Congratulations to everyone who preorderd this camera in 2011.


----------



## tomsop (Jul 19, 2012)

If your pre-order is filling and you no longer want the camera but would consider donating it to another, please let me know. I will gladly take it off your hands.


----------



## pup73 (Jul 19, 2012)

Delivered!!!

I'm at work. Don't know how to post phone pics on this site. But it's finally here!!!


----------



## neuroanatomist (Jul 19, 2012)

I received mine from B&H over a week ago. 

I was told there are 'hundreds of orders' in the queue.


----------



## neuroanatomist (Jul 19, 2012)

neuroanatomist said:


> I received mine from B&H over a week ago.



But now, Canon wants it back (sent to Service) because of the AFMA bug...


----------



## pakosouthpark (Jul 19, 2012)

lol canon at its best :-\


----------



## clicstudio (Jul 19, 2012)

Yeah! B&H just charged my credit card! 1Dx should be here soon!


----------



## coltsfreak18 (Jul 19, 2012)

neuroanatomist said:


> neuroanatomist said:
> 
> 
> > I received mine from B&H over a week ago.
> ...


Fortunately, all of my lenses are good copies, so I won't send mine back (also from BH shipped the same day as Neuro's) until I get a lens that needs it--and my next lens purchase will be a tilt-shift, so I've got a while.


----------



## victorwol (Jul 19, 2012)

I ordered on the 18th at night, my order was just charged on my card and says stock sent to warehouse. 

I'm $7k poorer


----------



## Portrait_Moments_Photogra (Jul 19, 2012)

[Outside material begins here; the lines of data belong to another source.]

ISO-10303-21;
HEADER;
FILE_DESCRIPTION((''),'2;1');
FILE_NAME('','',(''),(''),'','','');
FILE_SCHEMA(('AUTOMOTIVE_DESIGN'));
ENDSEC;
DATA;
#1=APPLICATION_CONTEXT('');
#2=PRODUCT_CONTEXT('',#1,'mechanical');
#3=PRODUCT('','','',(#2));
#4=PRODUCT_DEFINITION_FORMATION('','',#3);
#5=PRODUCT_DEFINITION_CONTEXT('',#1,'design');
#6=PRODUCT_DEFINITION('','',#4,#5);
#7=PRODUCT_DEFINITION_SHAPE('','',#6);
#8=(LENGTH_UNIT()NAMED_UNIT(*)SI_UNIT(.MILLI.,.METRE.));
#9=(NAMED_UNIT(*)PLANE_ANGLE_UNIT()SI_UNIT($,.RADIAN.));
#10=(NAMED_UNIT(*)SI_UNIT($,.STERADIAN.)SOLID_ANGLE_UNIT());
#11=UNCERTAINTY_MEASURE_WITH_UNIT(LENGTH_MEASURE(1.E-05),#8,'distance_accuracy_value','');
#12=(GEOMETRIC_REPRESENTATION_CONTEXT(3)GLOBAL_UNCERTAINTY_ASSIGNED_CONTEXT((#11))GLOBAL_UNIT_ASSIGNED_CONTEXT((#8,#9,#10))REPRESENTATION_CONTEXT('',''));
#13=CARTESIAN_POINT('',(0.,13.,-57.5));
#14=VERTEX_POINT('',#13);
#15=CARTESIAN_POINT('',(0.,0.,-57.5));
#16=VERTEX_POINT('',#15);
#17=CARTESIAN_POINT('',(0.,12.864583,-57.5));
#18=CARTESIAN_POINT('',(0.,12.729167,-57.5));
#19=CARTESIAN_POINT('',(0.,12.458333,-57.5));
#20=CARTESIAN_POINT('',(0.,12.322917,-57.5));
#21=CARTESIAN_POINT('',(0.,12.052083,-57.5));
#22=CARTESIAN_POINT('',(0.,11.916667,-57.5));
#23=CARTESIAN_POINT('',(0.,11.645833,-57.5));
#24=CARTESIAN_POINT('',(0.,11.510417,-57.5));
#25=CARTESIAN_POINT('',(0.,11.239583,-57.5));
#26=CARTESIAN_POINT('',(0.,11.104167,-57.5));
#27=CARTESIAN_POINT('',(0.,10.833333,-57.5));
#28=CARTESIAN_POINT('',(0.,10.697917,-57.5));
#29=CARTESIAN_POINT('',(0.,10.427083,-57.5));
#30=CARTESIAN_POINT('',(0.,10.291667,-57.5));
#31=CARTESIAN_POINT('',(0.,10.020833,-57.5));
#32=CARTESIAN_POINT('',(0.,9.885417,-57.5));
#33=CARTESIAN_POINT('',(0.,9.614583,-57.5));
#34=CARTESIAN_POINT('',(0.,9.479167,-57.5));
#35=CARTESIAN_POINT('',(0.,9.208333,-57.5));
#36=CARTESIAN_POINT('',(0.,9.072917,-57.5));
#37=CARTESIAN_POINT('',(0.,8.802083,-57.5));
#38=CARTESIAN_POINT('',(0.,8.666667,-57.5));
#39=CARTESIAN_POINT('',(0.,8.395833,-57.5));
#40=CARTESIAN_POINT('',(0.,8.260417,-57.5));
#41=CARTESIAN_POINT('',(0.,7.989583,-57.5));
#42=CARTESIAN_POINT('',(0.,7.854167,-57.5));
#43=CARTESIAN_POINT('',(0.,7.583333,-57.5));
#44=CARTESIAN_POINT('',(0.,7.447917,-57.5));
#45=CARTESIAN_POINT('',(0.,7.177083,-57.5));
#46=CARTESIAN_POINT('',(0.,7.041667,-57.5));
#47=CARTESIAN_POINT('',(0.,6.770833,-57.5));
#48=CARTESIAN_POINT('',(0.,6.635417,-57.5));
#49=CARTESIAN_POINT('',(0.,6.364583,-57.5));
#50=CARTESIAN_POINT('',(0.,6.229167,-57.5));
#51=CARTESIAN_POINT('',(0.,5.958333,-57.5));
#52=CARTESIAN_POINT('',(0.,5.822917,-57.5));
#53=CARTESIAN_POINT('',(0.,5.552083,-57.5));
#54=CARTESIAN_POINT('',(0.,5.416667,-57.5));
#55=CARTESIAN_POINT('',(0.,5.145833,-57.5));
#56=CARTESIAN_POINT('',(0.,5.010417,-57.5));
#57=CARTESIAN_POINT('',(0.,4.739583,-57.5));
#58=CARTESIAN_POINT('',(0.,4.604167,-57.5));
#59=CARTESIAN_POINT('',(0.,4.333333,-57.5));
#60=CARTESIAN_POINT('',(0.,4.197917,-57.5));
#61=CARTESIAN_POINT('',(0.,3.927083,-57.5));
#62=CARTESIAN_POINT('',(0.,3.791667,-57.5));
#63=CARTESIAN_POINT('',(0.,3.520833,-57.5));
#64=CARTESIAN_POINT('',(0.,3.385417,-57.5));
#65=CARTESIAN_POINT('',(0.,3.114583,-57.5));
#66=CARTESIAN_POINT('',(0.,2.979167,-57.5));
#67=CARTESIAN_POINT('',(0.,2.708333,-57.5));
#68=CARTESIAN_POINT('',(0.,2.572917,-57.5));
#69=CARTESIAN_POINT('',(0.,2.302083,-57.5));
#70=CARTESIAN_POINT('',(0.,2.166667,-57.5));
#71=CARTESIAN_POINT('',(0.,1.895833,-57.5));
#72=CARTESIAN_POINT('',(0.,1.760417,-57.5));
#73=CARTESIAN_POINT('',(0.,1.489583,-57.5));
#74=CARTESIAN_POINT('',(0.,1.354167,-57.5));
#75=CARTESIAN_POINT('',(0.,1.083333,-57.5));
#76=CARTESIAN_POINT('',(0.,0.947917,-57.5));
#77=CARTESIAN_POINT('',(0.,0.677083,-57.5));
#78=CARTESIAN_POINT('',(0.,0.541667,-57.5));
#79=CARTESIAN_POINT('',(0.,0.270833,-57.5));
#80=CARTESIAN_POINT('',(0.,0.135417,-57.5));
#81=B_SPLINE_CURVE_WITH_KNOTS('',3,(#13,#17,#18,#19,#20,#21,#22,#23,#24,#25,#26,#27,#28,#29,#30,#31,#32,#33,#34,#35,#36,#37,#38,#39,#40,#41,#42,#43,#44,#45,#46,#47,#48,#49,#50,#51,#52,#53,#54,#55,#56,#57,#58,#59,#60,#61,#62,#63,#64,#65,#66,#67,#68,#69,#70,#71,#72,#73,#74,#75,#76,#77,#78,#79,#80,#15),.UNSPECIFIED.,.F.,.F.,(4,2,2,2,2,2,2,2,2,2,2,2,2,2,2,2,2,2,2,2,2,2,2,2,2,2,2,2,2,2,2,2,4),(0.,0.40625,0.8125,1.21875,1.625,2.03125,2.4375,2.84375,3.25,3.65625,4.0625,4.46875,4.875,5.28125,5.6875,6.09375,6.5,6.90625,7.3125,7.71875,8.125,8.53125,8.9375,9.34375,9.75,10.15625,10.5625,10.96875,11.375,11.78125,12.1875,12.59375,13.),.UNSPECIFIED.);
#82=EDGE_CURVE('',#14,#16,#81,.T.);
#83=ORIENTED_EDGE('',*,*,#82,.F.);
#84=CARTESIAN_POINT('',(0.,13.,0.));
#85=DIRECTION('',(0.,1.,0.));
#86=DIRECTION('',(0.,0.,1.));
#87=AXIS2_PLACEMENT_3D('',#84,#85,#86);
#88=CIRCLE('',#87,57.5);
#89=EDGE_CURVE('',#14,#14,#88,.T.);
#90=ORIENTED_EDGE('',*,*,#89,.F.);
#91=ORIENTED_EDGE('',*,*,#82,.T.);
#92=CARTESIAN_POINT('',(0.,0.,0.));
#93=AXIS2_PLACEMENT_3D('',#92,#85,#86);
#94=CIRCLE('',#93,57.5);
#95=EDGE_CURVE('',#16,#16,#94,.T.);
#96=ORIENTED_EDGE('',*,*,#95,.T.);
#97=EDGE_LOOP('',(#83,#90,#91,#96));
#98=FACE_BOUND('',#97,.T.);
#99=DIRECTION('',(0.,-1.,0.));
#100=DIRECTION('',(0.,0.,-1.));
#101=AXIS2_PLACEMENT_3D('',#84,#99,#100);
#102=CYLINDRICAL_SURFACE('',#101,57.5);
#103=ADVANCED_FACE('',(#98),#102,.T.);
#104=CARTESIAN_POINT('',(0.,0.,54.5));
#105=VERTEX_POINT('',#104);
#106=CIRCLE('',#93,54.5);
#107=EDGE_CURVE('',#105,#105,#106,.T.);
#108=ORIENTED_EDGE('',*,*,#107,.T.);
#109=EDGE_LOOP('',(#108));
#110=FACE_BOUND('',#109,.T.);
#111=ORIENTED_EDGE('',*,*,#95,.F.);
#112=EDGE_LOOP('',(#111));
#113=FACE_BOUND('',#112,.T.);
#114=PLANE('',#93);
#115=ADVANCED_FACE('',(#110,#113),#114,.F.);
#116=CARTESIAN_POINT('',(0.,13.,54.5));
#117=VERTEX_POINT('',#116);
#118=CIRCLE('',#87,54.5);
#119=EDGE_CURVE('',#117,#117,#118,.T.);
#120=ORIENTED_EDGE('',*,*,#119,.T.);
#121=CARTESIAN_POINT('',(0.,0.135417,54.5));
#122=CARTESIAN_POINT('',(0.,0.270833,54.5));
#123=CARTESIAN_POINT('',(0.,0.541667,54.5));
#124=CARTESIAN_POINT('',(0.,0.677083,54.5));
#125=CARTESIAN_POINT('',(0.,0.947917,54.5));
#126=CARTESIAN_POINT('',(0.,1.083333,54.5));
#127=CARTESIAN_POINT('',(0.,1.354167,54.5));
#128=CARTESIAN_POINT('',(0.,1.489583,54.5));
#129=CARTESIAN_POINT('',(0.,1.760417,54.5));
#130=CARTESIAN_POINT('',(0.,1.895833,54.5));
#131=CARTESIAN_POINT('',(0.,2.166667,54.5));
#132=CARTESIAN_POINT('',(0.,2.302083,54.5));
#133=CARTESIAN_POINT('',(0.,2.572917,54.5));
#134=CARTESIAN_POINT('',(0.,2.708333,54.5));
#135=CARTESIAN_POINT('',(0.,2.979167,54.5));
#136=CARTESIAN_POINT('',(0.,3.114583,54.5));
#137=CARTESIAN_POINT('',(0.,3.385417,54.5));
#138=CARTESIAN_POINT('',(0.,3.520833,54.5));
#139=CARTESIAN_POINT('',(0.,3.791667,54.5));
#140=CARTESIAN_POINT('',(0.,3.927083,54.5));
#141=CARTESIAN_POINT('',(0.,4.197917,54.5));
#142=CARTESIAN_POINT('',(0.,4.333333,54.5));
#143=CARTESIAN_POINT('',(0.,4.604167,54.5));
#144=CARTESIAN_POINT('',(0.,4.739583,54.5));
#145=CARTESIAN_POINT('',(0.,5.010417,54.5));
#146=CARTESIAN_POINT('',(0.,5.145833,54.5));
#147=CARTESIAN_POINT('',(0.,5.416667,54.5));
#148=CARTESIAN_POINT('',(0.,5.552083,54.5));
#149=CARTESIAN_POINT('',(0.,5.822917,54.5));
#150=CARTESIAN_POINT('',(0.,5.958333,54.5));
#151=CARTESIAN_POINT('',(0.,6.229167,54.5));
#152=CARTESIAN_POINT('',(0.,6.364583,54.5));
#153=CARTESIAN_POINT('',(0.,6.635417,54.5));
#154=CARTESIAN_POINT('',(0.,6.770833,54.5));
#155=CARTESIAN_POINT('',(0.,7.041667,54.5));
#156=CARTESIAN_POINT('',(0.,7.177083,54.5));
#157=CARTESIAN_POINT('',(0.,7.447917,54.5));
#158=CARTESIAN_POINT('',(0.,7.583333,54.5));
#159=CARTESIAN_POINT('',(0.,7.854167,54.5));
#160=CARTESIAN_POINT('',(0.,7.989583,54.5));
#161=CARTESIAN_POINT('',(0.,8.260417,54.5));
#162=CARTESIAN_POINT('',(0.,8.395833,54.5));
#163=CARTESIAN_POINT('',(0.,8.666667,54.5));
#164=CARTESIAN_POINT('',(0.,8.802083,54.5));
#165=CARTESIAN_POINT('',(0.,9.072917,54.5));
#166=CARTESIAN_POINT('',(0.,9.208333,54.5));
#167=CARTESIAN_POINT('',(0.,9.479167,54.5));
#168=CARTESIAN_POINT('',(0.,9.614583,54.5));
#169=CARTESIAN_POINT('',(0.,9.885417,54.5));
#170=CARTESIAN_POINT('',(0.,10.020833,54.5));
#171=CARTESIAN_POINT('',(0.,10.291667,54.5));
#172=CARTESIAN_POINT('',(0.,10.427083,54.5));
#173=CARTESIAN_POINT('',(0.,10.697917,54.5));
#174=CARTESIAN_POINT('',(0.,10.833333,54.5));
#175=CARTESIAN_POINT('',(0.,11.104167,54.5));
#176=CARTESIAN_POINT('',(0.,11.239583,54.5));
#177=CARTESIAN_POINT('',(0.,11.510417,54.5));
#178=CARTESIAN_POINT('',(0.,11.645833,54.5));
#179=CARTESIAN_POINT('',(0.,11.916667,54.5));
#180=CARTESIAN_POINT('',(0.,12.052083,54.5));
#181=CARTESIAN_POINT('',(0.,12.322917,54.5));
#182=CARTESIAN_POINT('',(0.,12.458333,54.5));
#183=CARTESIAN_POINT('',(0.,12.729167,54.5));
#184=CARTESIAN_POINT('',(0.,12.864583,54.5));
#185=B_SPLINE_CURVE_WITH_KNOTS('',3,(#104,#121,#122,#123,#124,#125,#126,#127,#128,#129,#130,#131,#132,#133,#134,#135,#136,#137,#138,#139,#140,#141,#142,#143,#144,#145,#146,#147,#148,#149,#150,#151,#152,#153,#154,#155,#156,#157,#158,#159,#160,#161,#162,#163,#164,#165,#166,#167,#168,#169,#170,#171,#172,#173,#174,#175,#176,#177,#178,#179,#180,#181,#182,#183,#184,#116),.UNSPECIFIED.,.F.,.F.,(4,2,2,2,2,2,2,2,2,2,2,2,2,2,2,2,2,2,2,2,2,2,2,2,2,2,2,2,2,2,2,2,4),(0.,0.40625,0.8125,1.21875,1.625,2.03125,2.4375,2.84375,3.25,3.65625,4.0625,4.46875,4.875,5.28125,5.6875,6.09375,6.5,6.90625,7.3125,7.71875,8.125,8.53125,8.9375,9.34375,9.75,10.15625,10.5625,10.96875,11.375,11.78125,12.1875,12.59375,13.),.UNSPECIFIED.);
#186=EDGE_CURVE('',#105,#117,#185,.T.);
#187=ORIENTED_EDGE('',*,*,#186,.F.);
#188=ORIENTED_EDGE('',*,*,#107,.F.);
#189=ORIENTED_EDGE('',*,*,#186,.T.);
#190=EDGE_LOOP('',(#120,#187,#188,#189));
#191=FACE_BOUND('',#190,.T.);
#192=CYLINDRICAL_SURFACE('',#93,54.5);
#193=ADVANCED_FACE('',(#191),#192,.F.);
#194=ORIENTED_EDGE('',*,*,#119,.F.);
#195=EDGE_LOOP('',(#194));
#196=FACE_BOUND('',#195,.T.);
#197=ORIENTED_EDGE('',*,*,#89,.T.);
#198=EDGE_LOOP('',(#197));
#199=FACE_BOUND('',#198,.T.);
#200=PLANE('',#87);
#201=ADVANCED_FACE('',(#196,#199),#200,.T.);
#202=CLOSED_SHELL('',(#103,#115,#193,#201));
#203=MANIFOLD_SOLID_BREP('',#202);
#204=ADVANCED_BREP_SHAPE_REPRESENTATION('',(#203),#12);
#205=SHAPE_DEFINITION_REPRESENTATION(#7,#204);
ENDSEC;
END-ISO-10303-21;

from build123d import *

# Parameters (mm, degrees)
SKETCH1_R           = 57.5
BOSS_EXTRUDE1_DEPTH = 13
SKETCH2_R           = 54.5
CUT_EXTRUDE1_DEPTH  = 13


with BuildPart() as part:
    # Sketch1 → Boss-Extrude1 (new body)
    with BuildSketch(Plane(origin=(0, 0, 0), x_dir=(1, 0, 0), z_dir=(0, 1, 0))):
        with Locations(Location((0, 0, 0), (0, 0, 90))):
            Circle(SKETCH1_R)
    extrude(amount=BOSS_EXTRUDE1_DEPTH)

    # Sketch2 → Cut-Extrude1 (cut)
    with BuildSketch(Plane(origin=(0, 13, 0), x_dir=(1, 0, 0), z_dir=(0, 1, 0))):
        with Locations(Location((0, 0, 0), (0, 0, 270))):
            Circle(SKETCH2_R)
    extrude(amount=-CUT_EXTRUDE1_DEPTH, mode=Mode.SUBTRACT)


solid = part.part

got mine 7 days ago and is around $9800 poorer -

1DX, new 600rt flash, new UWL sigma and new canon 400L 5.6

lol.


----------



## clicstudio (Jul 19, 2012)

Tomorrow!!!! Can't wait!


----------



## Kevin Weinstein (Jul 19, 2012)

March 24th pre-orde - status from B&H is sending to shipping, and my bank account is officially 14 grand less than it was an hour ago! Can't wait to join the thousands of frustrated black autofocus point users next week!


----------



## DHaass (Jul 19, 2012)

Ordered 3/14 late. Charged on card on 7\17 early afternoon...now at warehouse for two days. Just got off from Live Chat...will finally ship today with order 1019892xxx. So, figure two days from notice of charges for it to actually ship. Some lucky ones got it sooner.


----------



## DHaass (Jul 19, 2012)

Just received notice of shipping, tracking number and Tuesday delivery with UPS 3 day for order 1019892xxx originally ordered late on 3/14/12.


----------



## victorwol (Jul 20, 2012)

Kevin Weinstein said:


> March 24th pre-orde - status from B&H is sending to shipping, and my bank account is officially 14 grand less than it was an hour ago! Can't wait to join the thousands of frustrated black autofocus point users next week!



14K?? Did your buy 2?


----------



## brotographer (Jul 20, 2012)

Picked up mine today - from Precision Camera in Austin, TX!!! Going to AirVenture in Oshkosh next week to field test...


----------



## clicstudio (Jul 20, 2012)

It's here! UPS delivered at 8.30AM! Only 12 hours ago, it was in B&H's warehouse in NY. 
Amazing service...


----------



## Kevin Weinstein (Jul 20, 2012)

victorwol said:


> Kevin Weinstein said:
> 
> 
> > March 24th pre-orde - status from B&H is sending to shipping, and my bank account is officially 14 grand less than it was an hour ago! Can't wait to join the thousands of frustrated black autofocus point users next week!
> ...



I did, yes. I have two on their way.


----------



## bdunbar79 (Jul 20, 2012)

clicstudio said:


> It's here! UPS delivered at 8.30AM! Only 12 hours ago, it was in B&H's warehouse in NY.
> Amazing service...



Can you let us know any improvements in your studio work? Thanks.


----------



## Photo Mc (Jul 20, 2012)

I ordered my 1DX on 4/18/12 no word yet.....bitting my nails off


----------



## TheCanon (Jul 21, 2012)

We have 9 1D Xs in stock at Infocus Camer & Imaging in Orange Tx (409) 882-0044.


----------



## Studio1930 (Jul 22, 2012)

Got mine from B&H last week and tested it on fast moving dog agility and disc dogs. Very impressive camera!
All shots were with a 200 f/2 shot wide open or at 2.2.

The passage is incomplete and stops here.